[Work task]
Transcribe the listing word for word. Begin at its first line and end with the line containing "v 64.546 0.731 0".
[Information — start]
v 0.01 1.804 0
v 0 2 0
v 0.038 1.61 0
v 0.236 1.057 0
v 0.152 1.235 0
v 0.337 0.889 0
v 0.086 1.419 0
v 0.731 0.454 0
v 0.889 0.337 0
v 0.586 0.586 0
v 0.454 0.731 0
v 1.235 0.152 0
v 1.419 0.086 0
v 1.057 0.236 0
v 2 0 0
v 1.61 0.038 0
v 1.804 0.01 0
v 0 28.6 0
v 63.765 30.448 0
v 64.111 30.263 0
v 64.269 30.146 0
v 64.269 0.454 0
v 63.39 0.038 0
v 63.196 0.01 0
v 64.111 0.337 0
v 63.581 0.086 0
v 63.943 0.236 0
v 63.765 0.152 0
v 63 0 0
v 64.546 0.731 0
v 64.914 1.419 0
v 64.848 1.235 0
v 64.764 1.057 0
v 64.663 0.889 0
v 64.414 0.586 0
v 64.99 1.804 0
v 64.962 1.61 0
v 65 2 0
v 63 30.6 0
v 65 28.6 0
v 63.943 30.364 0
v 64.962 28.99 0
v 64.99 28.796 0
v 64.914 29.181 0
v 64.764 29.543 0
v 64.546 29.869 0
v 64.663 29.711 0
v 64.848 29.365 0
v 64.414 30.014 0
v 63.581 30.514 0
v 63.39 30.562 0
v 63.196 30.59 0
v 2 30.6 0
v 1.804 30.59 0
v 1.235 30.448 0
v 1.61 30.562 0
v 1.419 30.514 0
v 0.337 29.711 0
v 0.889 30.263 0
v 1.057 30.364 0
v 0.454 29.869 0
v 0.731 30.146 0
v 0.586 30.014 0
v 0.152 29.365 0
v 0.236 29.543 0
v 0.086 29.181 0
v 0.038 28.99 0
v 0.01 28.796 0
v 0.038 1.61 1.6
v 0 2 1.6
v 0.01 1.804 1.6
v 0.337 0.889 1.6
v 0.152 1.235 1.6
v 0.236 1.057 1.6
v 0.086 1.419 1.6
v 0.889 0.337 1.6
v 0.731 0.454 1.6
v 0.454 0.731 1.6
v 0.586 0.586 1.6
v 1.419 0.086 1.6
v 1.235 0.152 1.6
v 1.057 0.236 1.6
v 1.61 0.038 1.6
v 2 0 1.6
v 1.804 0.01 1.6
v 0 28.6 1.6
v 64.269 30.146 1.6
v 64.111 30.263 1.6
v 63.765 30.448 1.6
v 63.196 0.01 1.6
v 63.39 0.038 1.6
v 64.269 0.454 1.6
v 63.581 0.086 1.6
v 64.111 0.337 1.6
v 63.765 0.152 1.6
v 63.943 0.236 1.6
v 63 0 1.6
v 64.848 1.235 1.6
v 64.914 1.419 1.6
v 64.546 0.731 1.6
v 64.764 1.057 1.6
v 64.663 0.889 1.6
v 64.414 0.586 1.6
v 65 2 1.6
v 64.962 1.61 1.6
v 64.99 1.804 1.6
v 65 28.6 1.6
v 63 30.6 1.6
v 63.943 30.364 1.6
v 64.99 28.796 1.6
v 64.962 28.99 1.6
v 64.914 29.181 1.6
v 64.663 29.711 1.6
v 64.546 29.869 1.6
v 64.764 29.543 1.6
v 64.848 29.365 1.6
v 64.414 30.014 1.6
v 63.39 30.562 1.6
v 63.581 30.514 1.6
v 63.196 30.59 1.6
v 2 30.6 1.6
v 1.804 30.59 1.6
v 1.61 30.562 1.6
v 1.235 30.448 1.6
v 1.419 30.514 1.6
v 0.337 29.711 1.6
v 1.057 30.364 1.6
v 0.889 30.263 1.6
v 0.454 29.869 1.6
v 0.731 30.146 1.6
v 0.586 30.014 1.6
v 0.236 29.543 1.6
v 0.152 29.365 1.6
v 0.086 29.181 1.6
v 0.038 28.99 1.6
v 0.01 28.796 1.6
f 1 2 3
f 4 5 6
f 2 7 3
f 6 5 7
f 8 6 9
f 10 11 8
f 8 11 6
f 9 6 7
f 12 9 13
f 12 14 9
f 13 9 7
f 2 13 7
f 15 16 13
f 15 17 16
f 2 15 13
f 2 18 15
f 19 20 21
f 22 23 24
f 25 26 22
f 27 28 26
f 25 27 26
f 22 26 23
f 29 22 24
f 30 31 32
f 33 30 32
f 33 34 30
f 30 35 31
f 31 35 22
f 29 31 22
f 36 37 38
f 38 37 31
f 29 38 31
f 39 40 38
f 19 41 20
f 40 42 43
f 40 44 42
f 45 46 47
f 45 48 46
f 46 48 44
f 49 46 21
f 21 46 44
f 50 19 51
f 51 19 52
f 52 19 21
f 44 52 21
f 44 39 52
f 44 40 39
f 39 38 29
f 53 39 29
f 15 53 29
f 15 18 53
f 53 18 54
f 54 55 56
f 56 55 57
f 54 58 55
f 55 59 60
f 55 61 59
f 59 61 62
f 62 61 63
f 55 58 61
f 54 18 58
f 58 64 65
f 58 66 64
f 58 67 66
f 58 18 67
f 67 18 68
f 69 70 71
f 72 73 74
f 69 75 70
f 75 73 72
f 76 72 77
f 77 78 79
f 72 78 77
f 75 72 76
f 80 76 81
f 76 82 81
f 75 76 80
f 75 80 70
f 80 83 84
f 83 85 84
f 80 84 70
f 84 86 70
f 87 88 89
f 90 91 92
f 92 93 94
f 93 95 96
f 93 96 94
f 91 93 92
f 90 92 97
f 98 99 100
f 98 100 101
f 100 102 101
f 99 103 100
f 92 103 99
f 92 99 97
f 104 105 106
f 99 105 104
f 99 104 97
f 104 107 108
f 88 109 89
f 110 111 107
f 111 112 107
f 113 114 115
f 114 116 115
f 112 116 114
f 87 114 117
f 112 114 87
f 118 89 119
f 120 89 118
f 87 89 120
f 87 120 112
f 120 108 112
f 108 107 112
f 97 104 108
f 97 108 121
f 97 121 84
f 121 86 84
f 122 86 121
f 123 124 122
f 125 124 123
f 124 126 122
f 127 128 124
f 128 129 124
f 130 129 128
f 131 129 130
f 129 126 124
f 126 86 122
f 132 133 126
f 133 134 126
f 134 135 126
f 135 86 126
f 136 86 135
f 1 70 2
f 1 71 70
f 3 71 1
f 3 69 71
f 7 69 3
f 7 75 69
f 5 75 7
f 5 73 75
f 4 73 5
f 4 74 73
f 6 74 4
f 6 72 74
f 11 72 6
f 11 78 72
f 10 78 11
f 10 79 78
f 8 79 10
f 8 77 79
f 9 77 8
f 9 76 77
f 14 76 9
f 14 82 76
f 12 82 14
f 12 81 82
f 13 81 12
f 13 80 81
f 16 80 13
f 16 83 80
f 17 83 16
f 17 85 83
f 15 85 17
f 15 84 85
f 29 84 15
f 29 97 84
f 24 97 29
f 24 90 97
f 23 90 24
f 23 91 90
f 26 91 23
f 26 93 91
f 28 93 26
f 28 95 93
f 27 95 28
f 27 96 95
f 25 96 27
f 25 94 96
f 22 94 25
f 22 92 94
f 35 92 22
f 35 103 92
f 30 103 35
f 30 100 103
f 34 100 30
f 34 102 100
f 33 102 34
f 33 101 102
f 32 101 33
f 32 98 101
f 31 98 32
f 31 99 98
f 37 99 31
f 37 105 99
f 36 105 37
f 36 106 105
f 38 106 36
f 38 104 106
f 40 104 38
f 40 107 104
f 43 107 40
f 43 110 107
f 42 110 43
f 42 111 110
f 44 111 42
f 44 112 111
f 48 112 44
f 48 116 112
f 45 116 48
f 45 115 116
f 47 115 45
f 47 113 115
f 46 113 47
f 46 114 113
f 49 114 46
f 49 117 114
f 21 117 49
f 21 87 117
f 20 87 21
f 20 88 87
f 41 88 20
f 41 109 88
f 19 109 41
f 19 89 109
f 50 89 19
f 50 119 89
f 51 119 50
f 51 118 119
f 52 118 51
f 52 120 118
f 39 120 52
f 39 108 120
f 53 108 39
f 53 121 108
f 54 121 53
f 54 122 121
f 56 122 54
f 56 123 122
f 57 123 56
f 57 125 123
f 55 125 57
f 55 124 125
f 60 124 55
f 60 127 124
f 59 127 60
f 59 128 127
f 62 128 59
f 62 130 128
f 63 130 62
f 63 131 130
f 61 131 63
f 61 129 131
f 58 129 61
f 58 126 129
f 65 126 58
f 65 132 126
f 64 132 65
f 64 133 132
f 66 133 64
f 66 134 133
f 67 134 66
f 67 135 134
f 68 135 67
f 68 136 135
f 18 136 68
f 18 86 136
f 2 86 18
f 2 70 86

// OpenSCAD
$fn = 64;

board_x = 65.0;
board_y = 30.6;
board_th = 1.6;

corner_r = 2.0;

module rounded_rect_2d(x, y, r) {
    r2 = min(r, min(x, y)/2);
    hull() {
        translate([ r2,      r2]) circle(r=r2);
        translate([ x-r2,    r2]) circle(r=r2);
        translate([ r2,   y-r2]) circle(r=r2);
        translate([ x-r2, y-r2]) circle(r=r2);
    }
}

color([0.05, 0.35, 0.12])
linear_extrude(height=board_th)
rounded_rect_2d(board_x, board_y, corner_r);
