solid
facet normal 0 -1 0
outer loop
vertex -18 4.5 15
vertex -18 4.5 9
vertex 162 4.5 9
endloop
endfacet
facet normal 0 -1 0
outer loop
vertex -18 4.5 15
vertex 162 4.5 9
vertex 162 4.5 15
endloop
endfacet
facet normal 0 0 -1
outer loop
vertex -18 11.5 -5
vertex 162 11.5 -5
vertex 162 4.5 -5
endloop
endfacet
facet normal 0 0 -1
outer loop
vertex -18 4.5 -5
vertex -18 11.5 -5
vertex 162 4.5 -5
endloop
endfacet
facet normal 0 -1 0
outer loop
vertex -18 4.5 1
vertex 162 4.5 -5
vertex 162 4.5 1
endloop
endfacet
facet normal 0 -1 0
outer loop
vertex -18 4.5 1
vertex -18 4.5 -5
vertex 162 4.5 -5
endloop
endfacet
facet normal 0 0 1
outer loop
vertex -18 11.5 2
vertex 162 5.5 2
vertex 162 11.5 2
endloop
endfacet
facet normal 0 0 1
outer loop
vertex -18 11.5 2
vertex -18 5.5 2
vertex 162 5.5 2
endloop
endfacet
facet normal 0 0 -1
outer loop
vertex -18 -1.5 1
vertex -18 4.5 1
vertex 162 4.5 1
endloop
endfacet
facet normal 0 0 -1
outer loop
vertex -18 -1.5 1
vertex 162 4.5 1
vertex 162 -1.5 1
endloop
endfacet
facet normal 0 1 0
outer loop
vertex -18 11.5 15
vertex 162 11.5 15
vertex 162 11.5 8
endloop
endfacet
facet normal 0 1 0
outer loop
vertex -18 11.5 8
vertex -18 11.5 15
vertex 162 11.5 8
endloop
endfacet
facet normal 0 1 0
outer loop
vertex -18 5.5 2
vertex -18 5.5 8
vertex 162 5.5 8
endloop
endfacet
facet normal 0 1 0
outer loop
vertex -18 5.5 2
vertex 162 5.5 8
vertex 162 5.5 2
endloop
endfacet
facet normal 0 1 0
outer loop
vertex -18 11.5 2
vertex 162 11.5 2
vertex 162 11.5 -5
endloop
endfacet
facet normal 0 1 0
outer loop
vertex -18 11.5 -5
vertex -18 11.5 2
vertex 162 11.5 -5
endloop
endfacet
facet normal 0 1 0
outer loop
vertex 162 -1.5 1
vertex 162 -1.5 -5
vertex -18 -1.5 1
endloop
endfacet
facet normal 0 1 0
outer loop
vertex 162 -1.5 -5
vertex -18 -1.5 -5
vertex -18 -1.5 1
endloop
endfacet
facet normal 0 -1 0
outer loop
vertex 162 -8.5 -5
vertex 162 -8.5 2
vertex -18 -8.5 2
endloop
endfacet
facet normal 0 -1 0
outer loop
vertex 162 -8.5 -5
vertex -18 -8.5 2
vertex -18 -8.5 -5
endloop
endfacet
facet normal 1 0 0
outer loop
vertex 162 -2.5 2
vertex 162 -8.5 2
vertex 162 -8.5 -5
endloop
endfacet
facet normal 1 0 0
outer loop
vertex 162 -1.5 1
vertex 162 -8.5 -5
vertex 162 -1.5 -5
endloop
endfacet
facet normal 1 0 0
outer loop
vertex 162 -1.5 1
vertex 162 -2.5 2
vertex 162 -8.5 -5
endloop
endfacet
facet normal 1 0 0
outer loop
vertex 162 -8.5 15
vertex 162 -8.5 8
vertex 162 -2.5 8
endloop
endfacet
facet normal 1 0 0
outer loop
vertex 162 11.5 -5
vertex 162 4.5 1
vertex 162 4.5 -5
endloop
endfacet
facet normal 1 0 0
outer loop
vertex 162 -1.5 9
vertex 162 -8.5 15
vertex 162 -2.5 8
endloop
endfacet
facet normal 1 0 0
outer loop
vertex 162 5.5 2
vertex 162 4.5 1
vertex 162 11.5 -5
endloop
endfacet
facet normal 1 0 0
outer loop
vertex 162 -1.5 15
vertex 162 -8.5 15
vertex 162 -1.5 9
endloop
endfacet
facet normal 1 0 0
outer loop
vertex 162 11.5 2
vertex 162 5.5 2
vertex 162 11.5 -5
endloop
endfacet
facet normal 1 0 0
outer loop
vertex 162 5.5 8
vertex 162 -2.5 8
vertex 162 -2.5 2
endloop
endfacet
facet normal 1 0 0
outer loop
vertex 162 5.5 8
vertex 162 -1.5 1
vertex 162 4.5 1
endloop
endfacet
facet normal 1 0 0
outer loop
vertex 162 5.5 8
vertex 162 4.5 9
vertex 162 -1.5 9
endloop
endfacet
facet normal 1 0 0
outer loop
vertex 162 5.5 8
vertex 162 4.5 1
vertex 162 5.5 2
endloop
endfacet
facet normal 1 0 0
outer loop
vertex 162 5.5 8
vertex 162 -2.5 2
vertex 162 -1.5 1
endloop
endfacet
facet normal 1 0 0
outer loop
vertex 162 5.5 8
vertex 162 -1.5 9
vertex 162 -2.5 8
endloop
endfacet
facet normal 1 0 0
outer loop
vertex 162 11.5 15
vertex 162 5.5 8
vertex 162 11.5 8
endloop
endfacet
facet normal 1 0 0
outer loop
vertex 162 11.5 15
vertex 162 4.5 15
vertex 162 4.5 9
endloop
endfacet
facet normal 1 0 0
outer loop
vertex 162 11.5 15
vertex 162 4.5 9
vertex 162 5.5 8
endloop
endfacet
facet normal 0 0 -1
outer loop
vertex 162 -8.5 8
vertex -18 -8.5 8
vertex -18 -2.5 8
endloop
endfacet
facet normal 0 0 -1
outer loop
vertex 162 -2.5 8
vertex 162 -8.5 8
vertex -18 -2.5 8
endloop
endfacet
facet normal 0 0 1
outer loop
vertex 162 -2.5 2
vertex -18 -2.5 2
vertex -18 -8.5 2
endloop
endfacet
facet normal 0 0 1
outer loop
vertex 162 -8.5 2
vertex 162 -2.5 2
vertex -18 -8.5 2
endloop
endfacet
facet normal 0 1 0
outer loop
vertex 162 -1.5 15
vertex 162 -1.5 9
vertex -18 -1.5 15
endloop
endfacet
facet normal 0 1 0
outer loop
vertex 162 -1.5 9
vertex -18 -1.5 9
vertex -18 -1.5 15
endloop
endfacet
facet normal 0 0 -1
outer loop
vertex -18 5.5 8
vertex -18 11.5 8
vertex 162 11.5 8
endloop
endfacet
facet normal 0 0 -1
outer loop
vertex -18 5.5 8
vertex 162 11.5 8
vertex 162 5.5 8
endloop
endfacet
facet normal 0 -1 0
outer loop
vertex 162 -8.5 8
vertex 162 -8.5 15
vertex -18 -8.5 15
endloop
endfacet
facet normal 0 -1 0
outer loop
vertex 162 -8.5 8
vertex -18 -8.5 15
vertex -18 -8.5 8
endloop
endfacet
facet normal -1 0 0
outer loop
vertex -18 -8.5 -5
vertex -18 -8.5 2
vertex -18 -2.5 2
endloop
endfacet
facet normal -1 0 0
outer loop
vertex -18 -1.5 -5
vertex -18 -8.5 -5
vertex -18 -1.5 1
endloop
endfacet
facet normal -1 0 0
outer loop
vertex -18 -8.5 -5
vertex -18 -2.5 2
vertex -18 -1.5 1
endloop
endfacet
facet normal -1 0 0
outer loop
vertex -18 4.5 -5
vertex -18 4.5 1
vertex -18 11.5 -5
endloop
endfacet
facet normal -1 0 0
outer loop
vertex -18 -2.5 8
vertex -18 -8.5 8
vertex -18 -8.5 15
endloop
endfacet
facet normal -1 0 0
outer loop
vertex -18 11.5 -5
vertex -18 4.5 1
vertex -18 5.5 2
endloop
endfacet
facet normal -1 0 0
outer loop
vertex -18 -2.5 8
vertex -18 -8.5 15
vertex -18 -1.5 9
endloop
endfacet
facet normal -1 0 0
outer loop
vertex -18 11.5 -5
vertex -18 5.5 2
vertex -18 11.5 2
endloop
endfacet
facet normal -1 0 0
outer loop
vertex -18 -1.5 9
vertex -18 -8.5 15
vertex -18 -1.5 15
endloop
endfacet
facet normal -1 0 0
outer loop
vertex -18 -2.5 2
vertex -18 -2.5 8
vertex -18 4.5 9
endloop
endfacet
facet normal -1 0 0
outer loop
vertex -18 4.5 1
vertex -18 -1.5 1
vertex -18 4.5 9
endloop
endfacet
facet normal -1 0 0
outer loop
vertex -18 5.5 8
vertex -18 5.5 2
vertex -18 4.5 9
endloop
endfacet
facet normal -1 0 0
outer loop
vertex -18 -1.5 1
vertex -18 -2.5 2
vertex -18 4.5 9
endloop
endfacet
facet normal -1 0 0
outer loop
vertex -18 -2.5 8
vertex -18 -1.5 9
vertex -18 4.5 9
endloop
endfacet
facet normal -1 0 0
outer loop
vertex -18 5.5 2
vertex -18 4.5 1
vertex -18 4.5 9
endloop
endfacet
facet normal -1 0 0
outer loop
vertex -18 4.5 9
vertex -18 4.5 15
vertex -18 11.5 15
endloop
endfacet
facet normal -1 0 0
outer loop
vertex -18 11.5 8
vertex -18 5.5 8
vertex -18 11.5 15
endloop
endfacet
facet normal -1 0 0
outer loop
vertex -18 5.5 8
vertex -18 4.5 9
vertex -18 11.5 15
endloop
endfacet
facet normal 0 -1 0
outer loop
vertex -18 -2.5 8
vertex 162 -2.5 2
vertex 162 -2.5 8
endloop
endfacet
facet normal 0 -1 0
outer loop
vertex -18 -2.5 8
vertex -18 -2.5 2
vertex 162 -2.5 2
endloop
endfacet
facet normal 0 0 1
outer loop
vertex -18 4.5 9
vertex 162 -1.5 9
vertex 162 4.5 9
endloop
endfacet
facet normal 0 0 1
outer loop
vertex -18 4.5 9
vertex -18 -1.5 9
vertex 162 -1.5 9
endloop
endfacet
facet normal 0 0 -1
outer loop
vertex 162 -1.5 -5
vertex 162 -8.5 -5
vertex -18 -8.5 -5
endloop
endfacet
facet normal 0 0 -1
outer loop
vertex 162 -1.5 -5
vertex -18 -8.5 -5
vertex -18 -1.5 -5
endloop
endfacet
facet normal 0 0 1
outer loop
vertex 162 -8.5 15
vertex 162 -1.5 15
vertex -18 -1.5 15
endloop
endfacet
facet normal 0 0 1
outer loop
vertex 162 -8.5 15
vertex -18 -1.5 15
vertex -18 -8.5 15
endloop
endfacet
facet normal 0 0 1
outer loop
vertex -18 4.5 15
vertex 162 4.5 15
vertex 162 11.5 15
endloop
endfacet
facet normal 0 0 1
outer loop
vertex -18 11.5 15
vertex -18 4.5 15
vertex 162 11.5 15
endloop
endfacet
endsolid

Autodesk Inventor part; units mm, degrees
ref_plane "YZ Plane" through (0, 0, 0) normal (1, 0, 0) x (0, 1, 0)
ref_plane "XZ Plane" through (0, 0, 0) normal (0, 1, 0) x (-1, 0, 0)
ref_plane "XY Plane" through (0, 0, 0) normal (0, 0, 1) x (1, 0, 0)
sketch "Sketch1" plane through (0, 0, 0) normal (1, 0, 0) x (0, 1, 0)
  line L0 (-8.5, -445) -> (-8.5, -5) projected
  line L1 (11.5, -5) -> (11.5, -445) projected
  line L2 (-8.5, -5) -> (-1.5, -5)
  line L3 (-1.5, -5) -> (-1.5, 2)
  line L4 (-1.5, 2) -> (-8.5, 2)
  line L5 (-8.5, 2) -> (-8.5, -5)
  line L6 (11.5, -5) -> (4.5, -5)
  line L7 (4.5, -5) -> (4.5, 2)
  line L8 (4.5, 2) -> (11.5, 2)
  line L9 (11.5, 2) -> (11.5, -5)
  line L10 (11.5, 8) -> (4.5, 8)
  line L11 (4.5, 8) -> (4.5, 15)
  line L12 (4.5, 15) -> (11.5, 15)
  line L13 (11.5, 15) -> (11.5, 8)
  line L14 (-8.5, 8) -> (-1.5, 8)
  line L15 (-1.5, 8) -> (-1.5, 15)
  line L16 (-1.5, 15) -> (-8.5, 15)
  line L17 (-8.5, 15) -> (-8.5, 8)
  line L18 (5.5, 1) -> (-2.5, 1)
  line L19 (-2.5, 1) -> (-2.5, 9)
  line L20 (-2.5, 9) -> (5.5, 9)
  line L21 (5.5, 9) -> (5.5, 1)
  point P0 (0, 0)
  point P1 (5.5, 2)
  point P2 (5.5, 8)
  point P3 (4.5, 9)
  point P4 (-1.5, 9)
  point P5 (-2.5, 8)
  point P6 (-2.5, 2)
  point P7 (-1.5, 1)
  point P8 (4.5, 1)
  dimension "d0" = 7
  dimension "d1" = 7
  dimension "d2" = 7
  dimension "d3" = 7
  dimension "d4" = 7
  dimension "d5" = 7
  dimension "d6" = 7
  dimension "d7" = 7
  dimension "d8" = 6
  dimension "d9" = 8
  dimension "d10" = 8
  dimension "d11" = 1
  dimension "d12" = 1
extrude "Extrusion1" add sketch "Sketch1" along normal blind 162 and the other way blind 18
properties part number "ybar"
[Information — finish]
[Answer to the problem]
v 0.01 1.804 0
v 0 2 0
v 0.038 1.61 0
v 0.236 1.057 0
v 0.152 1.235 0
v 0.337 0.889 0
v 0.086 1.419 0
v 0.731 0.454 0
v 0.889 0.337 0
v 0.586 0.586 0
v 0.454 0.731 0
v 1.235 0.152 0
v 1.419 0.086 0
v 1.057 0.236 0
v 2 0 0
v 1.61 0.038 0
v 1.804 0.01 0
v 0 28.6 0
v 63.765 30.448 0
v 64.111 30.263 0
v 64.269 30.146 0
v 64.269 0.454 0
v 63.39 0.038 0
v 63.196 0.01 0
v 64.111 0.337 0
v 63.581 0.086 0
v 63.943 0.236 0
v 63.765 0.152 0
v 63 0 0
v 64.546 0.731 0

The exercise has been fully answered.